I loved the movie Red Dog and as you can guess from the previous post I've told a few people about it!!  Yesterday's newspaper reported on the success the film has already had in Australia, and that it is being released overseas soon.  You can read the article here.  It is currently showing in 246 venues in Australia and is about to be launched overseas.  I wonder what non-Aussies will make of the Australian humour?

Tuesday, August 9, 2011

Movie mix up

I am back in Adelaide - this was something that had been on my agenda for some months, and despite having been here several times recently, I knew there were things to do as a result of Dad's death, so here I am.

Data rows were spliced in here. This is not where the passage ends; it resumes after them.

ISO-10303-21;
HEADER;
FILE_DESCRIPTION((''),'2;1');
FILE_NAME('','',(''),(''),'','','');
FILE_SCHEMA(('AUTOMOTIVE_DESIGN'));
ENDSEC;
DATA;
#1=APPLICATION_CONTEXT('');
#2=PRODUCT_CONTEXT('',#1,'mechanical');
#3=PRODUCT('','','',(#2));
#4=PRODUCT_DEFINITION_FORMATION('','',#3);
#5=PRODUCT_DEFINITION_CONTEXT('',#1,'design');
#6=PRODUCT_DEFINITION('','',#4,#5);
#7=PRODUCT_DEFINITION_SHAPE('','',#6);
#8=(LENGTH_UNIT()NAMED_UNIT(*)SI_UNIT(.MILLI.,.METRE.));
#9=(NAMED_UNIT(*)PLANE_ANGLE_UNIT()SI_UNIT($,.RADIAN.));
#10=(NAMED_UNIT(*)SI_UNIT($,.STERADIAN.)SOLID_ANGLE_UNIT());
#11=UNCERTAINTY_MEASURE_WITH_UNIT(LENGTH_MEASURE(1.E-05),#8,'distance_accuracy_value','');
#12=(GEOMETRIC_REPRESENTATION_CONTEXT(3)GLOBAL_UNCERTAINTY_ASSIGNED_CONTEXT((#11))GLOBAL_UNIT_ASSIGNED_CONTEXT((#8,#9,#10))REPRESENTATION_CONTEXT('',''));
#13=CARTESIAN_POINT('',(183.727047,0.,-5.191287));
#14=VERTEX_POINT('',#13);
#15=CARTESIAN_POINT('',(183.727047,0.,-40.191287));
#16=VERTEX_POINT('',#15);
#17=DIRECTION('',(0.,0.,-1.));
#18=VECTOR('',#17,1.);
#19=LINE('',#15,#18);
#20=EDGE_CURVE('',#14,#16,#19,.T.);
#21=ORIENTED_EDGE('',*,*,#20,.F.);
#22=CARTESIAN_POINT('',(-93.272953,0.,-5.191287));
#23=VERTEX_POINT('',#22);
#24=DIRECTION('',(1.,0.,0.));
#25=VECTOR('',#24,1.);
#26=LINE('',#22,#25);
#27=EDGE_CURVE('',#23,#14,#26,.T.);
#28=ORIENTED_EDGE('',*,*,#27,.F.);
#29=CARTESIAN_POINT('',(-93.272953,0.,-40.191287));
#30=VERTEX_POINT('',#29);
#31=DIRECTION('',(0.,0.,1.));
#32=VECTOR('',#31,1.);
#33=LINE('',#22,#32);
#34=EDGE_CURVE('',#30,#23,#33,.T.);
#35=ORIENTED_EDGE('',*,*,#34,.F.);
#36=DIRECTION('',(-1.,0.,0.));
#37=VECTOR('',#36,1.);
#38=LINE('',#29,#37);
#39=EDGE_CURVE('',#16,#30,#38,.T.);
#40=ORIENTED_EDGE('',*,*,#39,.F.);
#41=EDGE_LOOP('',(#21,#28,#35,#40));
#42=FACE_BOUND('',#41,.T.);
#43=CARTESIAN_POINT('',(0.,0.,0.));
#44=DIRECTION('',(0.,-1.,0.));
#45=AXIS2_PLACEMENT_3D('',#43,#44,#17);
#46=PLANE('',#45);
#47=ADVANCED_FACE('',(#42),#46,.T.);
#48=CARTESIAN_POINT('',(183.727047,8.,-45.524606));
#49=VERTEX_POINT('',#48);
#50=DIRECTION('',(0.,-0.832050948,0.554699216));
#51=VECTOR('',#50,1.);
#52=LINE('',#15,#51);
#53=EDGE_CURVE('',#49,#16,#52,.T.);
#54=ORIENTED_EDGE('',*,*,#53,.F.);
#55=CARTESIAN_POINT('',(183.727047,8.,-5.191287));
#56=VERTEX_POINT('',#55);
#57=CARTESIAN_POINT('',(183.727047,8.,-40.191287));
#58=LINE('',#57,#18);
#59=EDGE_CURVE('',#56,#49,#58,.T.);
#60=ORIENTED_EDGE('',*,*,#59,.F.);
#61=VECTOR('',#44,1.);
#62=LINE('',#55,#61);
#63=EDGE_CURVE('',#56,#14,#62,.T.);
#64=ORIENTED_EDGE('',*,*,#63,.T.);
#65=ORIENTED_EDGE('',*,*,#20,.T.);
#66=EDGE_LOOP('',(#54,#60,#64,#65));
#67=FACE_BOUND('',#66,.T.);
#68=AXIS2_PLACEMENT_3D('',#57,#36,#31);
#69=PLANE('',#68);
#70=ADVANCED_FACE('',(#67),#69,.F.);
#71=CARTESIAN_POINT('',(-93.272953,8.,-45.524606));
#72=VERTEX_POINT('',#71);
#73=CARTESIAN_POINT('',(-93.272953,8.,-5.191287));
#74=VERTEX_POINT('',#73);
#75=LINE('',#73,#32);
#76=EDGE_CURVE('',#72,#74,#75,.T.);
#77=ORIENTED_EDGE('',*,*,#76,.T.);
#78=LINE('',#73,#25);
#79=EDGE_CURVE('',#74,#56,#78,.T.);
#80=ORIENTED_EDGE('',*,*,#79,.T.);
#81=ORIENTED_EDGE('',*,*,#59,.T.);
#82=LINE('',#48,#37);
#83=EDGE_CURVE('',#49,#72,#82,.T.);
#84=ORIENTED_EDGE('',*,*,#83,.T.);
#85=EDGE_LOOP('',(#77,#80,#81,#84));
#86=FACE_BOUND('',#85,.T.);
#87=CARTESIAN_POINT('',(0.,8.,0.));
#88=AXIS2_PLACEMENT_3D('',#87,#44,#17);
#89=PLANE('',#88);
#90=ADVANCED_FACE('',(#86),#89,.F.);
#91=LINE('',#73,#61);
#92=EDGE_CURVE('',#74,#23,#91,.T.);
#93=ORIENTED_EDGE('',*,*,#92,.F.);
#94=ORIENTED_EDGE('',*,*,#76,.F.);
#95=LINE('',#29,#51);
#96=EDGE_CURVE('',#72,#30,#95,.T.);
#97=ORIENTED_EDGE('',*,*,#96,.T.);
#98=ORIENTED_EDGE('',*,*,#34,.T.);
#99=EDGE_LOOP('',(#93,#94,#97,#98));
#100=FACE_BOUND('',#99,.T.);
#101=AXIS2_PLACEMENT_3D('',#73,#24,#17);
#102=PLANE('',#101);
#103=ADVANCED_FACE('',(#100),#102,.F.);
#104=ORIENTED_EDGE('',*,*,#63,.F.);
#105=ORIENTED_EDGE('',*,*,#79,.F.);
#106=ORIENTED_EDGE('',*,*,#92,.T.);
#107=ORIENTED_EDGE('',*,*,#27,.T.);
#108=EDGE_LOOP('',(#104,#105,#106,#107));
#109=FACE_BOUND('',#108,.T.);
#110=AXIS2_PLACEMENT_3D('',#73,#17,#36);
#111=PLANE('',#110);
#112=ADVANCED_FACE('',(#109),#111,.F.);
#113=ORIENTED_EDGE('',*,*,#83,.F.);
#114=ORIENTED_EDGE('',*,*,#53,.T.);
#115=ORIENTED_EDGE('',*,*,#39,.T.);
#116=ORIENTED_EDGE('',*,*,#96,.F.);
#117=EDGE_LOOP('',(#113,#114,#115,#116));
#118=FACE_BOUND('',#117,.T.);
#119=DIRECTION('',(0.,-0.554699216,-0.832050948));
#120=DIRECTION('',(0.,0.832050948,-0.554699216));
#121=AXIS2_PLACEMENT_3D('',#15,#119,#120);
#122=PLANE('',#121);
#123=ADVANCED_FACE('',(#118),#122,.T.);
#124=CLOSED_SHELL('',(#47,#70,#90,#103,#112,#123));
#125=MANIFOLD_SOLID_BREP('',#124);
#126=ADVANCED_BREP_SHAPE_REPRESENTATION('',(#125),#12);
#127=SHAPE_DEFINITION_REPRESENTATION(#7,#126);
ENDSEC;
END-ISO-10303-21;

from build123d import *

# Parameters (mm, degrees)
SKETCH1_W           = 277
SKETCH1_H           = 35
BOSS_EXTRUDE1_DEPTH = 8
BOSS_EXTRUDE2_DEPTH = 277


with BuildPart() as part:
    # Sketch1 → Boss-Extrude1 (new body)
    with BuildSketch(Plane(origin=(0, 0, 0), x_dir=(1, 0, 0), z_dir=(0, 1, 0))):
        with Locations((45.227046926, 22.691286622)):
            Rectangle(SKETCH1_W, SKETCH1_H)
    extrude(amount=BOSS_EXTRUDE1_DEPTH)

    # Sketch2 → Boss-Extrude2 (add)
    with BuildSketch(Plane.ZY.offset(93.272953074)):
        Polygon((-40.191286622, 0), (-45.524606336, 8), (-40.191286622, 8), align=None)
    extrude(amount=-BOSS_EXTRUDE2_DEPTH)


solid = part.part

I arrived on Sunday and spend much of the day discussing family matters, filling in forms etc.  My sister works so during the working week I 'do my own thing.' Yesterday however, the electricity was going to be off all day due to some electrical work in the street, so I chose to go to the movies.   I had wanted to see Mr Popper's Penguins, which seems rather fun, and I went up to the Box office and purchased my ticket.  I did show my Seniors card, but it cost me $12.50, and as the movie was about to start I headed to the theatres.  The lady collecting tickets briefly looked at my ticket and said "Are you over 60?" I was rather surprised by her questioning but with a smile admitted it.  She told me I had been overcharged and sent me back to the Box Office with a message.  I did as I was told.

The girl at the desk was rather put out - but duly gave me my ticket.  I returned hurriedly to the theatres, and in the somewhat dim light read that I was to be in theatre 13, and I went in.  One thing that amused me was that there was set seating, though I didn't climb up that far to the row and seat that was allotted to me. 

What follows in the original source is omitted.